BEGIN

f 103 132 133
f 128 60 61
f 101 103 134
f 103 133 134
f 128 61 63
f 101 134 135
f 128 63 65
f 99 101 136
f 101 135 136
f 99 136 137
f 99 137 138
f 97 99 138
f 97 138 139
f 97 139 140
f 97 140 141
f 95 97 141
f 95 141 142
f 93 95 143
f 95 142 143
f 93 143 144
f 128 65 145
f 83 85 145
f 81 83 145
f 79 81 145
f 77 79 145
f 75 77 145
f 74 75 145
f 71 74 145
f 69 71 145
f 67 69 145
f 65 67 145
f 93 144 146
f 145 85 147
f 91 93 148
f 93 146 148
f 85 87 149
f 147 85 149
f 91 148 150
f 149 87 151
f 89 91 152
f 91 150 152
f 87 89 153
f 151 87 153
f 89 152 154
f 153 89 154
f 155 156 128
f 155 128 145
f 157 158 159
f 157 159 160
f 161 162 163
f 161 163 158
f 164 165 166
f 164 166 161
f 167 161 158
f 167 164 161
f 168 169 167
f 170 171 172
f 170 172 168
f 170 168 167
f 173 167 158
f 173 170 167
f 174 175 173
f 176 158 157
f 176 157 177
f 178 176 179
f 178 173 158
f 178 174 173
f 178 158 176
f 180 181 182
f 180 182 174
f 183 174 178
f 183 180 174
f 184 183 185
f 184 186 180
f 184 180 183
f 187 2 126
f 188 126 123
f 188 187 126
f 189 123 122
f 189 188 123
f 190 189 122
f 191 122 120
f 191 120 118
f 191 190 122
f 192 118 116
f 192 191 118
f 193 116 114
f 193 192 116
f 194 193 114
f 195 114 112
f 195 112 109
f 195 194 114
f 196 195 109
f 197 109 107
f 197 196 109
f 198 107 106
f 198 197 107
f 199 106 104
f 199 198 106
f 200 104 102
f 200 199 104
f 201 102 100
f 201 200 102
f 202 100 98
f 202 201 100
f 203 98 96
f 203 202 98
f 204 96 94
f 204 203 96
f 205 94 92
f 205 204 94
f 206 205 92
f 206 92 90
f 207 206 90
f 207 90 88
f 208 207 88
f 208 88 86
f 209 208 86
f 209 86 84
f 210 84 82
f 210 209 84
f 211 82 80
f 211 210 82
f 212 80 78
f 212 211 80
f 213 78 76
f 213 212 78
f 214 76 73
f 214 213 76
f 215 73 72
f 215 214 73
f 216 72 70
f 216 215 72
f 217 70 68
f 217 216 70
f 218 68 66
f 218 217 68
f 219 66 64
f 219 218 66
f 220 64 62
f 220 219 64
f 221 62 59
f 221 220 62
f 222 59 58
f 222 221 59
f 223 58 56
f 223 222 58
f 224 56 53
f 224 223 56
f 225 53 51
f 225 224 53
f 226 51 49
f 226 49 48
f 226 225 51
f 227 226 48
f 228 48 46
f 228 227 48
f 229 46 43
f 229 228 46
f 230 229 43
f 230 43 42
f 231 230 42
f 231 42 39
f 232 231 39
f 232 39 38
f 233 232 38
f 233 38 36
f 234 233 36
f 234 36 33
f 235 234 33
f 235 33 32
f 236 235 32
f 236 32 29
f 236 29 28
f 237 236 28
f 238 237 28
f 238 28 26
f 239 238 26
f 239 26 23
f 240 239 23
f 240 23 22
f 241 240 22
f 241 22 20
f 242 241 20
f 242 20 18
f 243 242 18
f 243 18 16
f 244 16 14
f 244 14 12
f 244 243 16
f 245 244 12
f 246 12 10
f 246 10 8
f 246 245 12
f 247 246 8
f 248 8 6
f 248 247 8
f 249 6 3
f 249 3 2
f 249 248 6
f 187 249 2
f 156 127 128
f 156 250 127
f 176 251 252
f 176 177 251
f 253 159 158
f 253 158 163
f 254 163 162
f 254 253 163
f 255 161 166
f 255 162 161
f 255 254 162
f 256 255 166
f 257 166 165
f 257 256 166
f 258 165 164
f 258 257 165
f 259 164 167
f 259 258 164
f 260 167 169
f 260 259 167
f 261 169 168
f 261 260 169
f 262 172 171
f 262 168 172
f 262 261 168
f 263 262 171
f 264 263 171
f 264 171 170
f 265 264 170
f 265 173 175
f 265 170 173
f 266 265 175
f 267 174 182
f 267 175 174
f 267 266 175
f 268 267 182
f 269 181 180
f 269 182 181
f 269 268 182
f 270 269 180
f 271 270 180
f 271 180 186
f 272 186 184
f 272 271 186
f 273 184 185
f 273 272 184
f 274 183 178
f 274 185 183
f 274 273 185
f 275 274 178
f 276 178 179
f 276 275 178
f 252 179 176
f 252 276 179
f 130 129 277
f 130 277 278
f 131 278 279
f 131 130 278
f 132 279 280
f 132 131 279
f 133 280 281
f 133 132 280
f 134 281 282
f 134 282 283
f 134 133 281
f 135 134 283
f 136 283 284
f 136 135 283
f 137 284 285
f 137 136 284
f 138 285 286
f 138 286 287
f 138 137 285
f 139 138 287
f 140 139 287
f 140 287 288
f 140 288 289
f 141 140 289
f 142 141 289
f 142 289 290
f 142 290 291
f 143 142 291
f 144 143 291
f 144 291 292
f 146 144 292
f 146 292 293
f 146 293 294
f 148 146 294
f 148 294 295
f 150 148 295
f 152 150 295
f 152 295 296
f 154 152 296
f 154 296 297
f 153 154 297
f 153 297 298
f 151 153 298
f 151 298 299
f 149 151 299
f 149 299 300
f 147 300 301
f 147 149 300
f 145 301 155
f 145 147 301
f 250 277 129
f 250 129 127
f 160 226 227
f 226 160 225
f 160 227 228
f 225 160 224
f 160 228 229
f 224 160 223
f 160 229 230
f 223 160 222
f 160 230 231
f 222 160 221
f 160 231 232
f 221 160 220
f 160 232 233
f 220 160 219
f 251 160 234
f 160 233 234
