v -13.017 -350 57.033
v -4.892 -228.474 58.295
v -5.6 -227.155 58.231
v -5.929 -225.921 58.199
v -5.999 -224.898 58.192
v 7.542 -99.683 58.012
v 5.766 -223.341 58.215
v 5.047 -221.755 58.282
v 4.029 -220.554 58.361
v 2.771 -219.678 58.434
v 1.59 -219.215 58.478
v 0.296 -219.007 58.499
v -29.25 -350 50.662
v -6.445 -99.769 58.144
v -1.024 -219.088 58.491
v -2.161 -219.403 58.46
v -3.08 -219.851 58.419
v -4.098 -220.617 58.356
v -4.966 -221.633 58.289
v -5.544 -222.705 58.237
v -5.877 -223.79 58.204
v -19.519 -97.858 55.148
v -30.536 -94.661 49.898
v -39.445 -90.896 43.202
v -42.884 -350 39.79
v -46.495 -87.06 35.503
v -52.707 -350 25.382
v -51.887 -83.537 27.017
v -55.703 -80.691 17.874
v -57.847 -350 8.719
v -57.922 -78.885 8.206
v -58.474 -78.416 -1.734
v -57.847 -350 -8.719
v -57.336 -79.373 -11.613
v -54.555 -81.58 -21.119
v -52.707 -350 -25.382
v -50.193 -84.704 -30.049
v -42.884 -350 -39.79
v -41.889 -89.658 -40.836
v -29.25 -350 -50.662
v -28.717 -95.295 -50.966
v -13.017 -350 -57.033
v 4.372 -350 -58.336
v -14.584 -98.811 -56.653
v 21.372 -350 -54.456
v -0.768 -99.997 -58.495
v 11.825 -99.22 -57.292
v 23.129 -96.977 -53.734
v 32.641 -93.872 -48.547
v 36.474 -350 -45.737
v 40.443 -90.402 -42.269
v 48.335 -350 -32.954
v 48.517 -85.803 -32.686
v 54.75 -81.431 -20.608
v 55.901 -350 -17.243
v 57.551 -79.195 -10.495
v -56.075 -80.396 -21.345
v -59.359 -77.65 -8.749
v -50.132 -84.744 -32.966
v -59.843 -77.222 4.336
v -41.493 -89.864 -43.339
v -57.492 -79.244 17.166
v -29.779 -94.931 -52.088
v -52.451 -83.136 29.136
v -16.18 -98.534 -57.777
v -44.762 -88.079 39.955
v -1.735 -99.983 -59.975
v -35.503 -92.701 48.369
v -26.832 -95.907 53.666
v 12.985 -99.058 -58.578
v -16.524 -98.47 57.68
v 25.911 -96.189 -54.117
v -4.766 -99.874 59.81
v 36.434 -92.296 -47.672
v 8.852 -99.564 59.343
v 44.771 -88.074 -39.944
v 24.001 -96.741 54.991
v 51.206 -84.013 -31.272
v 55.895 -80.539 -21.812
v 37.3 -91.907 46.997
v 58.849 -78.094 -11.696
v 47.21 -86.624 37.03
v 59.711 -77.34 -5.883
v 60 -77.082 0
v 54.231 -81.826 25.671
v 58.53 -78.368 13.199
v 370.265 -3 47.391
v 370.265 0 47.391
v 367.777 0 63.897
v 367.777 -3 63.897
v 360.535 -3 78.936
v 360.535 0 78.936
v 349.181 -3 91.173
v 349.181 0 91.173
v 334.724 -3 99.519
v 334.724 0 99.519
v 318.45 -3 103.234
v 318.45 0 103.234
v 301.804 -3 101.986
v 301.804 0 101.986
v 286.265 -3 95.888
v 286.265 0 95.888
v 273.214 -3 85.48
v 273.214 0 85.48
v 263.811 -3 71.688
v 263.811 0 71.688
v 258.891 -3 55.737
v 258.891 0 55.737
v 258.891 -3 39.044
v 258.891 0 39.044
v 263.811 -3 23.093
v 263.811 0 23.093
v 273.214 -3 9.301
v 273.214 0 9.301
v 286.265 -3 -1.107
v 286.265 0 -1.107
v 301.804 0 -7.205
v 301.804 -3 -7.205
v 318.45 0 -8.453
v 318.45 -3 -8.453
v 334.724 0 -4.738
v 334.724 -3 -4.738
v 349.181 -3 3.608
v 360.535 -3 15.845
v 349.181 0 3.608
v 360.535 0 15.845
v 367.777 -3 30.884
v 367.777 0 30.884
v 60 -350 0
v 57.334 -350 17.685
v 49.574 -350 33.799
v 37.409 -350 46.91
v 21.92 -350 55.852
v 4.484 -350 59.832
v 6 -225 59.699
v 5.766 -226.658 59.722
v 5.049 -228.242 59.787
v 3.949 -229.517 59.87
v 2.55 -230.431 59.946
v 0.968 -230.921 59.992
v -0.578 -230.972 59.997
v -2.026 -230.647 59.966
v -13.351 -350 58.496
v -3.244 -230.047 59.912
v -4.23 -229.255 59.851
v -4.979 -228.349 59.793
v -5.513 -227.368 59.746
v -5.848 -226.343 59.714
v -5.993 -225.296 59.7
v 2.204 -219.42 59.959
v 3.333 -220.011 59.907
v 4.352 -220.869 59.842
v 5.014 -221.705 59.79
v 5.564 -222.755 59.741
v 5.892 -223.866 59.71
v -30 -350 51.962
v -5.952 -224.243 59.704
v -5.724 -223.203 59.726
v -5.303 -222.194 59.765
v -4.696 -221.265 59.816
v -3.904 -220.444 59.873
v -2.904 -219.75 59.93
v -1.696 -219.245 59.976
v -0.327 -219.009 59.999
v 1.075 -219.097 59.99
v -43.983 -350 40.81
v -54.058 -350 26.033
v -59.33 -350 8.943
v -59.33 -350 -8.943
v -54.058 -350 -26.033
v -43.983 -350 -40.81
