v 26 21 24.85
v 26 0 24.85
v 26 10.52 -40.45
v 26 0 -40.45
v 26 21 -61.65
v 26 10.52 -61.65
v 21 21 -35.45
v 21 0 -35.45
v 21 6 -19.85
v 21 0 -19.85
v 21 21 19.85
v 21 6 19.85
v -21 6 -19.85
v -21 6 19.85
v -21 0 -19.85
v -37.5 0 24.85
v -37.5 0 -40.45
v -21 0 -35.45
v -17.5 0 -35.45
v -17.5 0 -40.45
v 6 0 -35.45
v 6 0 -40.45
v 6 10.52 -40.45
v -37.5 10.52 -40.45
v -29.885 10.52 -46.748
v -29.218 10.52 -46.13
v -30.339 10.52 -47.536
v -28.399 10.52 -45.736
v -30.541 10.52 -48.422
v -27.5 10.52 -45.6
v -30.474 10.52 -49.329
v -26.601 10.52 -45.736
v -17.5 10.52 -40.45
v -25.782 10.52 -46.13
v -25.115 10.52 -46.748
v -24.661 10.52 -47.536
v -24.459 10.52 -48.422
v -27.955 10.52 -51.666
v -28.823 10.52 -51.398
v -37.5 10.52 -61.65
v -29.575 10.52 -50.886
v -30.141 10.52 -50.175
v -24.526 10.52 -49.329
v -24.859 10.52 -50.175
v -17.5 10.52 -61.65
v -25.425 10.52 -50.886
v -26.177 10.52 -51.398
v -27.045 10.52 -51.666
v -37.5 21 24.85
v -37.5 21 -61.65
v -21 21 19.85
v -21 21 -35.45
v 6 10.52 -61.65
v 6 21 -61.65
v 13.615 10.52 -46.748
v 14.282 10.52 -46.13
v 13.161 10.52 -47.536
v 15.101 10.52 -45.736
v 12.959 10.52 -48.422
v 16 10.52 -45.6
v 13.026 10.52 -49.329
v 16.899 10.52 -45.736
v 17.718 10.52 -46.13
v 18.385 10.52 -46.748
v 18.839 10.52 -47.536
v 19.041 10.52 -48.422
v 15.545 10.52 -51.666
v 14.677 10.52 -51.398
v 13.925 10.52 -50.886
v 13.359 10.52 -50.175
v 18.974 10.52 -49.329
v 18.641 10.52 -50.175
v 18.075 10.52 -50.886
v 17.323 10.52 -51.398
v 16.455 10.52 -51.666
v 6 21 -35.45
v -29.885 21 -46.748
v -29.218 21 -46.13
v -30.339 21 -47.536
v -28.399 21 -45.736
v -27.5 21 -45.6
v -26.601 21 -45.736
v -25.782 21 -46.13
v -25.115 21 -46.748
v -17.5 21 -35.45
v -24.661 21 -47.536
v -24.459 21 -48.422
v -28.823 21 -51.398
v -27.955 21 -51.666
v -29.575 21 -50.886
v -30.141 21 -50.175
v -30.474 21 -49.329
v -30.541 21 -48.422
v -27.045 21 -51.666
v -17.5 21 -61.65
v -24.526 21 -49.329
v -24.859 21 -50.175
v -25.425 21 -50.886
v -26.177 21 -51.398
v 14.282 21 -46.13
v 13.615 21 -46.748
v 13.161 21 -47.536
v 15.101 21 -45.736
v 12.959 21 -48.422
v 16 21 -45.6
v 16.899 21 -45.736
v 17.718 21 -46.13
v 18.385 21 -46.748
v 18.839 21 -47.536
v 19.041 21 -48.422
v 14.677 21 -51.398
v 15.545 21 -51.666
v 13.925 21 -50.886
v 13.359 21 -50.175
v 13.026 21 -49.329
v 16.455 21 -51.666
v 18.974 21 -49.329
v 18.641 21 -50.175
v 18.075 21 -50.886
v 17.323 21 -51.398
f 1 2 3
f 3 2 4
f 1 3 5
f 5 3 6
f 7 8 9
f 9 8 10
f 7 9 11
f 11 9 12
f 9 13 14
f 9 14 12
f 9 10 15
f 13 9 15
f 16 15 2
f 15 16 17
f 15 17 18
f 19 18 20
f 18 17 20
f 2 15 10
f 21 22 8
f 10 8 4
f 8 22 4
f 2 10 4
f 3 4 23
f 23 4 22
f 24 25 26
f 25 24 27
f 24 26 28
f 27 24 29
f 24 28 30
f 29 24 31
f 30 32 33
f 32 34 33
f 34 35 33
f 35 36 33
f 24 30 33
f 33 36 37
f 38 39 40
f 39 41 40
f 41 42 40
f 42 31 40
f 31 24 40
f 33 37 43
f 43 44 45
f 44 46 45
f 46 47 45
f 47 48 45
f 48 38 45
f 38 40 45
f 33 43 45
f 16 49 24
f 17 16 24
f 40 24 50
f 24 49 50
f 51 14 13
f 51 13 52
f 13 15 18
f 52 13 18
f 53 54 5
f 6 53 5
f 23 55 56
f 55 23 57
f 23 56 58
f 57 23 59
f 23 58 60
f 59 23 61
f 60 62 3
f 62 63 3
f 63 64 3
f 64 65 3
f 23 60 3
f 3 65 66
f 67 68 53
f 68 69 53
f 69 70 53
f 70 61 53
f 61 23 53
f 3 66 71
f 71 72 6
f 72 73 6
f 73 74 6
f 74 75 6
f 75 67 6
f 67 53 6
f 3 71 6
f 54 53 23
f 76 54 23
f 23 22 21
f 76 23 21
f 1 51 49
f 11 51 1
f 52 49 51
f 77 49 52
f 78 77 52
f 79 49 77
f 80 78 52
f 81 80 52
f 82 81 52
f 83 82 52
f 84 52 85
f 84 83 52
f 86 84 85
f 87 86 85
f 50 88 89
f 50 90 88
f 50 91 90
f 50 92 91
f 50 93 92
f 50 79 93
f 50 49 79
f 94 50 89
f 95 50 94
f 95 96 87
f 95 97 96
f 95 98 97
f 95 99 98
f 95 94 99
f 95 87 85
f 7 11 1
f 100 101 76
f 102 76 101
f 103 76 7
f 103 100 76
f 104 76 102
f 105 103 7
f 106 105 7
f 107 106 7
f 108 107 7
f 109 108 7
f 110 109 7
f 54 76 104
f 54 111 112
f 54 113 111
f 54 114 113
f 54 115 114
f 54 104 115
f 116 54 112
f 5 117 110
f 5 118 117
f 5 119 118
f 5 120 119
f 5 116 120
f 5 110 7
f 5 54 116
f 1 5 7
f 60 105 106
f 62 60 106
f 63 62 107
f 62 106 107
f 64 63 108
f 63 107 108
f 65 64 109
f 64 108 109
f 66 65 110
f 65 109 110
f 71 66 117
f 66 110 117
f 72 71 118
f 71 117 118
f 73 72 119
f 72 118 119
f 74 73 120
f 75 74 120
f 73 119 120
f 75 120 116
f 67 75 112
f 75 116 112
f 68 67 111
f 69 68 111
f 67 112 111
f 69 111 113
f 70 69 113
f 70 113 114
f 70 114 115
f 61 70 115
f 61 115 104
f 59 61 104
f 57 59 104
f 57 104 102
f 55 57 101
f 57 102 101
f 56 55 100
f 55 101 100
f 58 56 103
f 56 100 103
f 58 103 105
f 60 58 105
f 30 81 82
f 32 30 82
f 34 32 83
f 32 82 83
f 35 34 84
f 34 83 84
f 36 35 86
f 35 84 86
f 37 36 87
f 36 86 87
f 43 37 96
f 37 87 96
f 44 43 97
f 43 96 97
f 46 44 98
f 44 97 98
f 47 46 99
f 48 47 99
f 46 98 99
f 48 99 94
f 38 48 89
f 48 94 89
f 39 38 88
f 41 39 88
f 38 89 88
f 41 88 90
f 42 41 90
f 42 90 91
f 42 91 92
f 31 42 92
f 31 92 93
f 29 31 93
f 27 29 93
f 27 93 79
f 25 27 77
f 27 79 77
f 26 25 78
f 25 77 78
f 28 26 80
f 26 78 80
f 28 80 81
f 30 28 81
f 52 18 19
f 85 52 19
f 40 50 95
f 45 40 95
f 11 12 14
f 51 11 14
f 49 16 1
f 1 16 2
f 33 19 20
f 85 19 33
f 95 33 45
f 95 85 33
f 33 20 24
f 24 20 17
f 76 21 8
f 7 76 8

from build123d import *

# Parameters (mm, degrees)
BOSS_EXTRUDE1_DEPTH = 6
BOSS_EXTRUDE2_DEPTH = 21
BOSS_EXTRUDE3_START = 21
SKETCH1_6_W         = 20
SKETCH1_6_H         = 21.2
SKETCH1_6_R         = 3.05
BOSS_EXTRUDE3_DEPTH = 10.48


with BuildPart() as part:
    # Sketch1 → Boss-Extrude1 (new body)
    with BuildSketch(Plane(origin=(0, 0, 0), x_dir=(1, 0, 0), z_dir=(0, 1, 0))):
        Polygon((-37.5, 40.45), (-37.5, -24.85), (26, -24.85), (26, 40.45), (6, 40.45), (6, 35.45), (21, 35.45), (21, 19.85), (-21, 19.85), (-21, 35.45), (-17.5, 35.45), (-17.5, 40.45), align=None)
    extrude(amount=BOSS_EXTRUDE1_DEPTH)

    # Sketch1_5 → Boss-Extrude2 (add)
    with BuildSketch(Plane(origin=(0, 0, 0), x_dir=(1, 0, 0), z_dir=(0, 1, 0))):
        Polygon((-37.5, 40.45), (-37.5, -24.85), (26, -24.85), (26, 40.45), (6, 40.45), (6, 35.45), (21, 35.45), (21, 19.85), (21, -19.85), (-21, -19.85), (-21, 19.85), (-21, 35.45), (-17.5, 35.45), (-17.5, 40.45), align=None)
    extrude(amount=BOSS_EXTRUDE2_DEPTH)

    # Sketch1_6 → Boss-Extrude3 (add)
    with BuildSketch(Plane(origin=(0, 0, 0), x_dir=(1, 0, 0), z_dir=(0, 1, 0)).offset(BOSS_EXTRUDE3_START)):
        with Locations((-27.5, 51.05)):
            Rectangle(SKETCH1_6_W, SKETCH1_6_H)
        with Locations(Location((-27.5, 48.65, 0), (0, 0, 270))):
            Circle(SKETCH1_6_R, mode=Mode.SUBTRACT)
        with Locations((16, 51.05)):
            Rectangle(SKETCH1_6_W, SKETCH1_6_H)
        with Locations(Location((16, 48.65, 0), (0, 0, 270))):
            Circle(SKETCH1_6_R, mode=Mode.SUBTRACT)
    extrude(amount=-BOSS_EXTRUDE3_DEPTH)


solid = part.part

END

Problem to work on
Output the lines of the records above exactly as they appear, from the line containing "v 4.029 -220.554 58.361" through the line containing "v -57.847 -350 -8.719".

Response to the exercise
v 4.029 -220.554 58.361
v 2.771 -219.678 58.434
v 1.59 -219.215 58.478
v 0.296 -219.007 58.499
v -29.25 -350 50.662
v -6.445 -99.769 58.144
v -1.024 -219.088 58.491
v -2.161 -219.403 58.46
v -3.08 -219.851 58.419
v -4.098 -220.617 58.356
v -4.966 -221.633 58.289
v -5.544 -222.705 58.237
v -5.877 -223.79 58.204
v -19.519 -97.858 55.148
v -30.536 -94.661 49.898
v -39.445 -90.896 43.202
v -42.884 -350 39.79
v -46.495 -87.06 35.503
v -52.707 -350 25.382
v -51.887 -83.537 27.017
v -55.703 -80.691 17.874
v -57.847 -350 8.719
v -57.922 -78.885 8.206
v -58.474 -78.416 -1.734
v -57.847 -350 -8.719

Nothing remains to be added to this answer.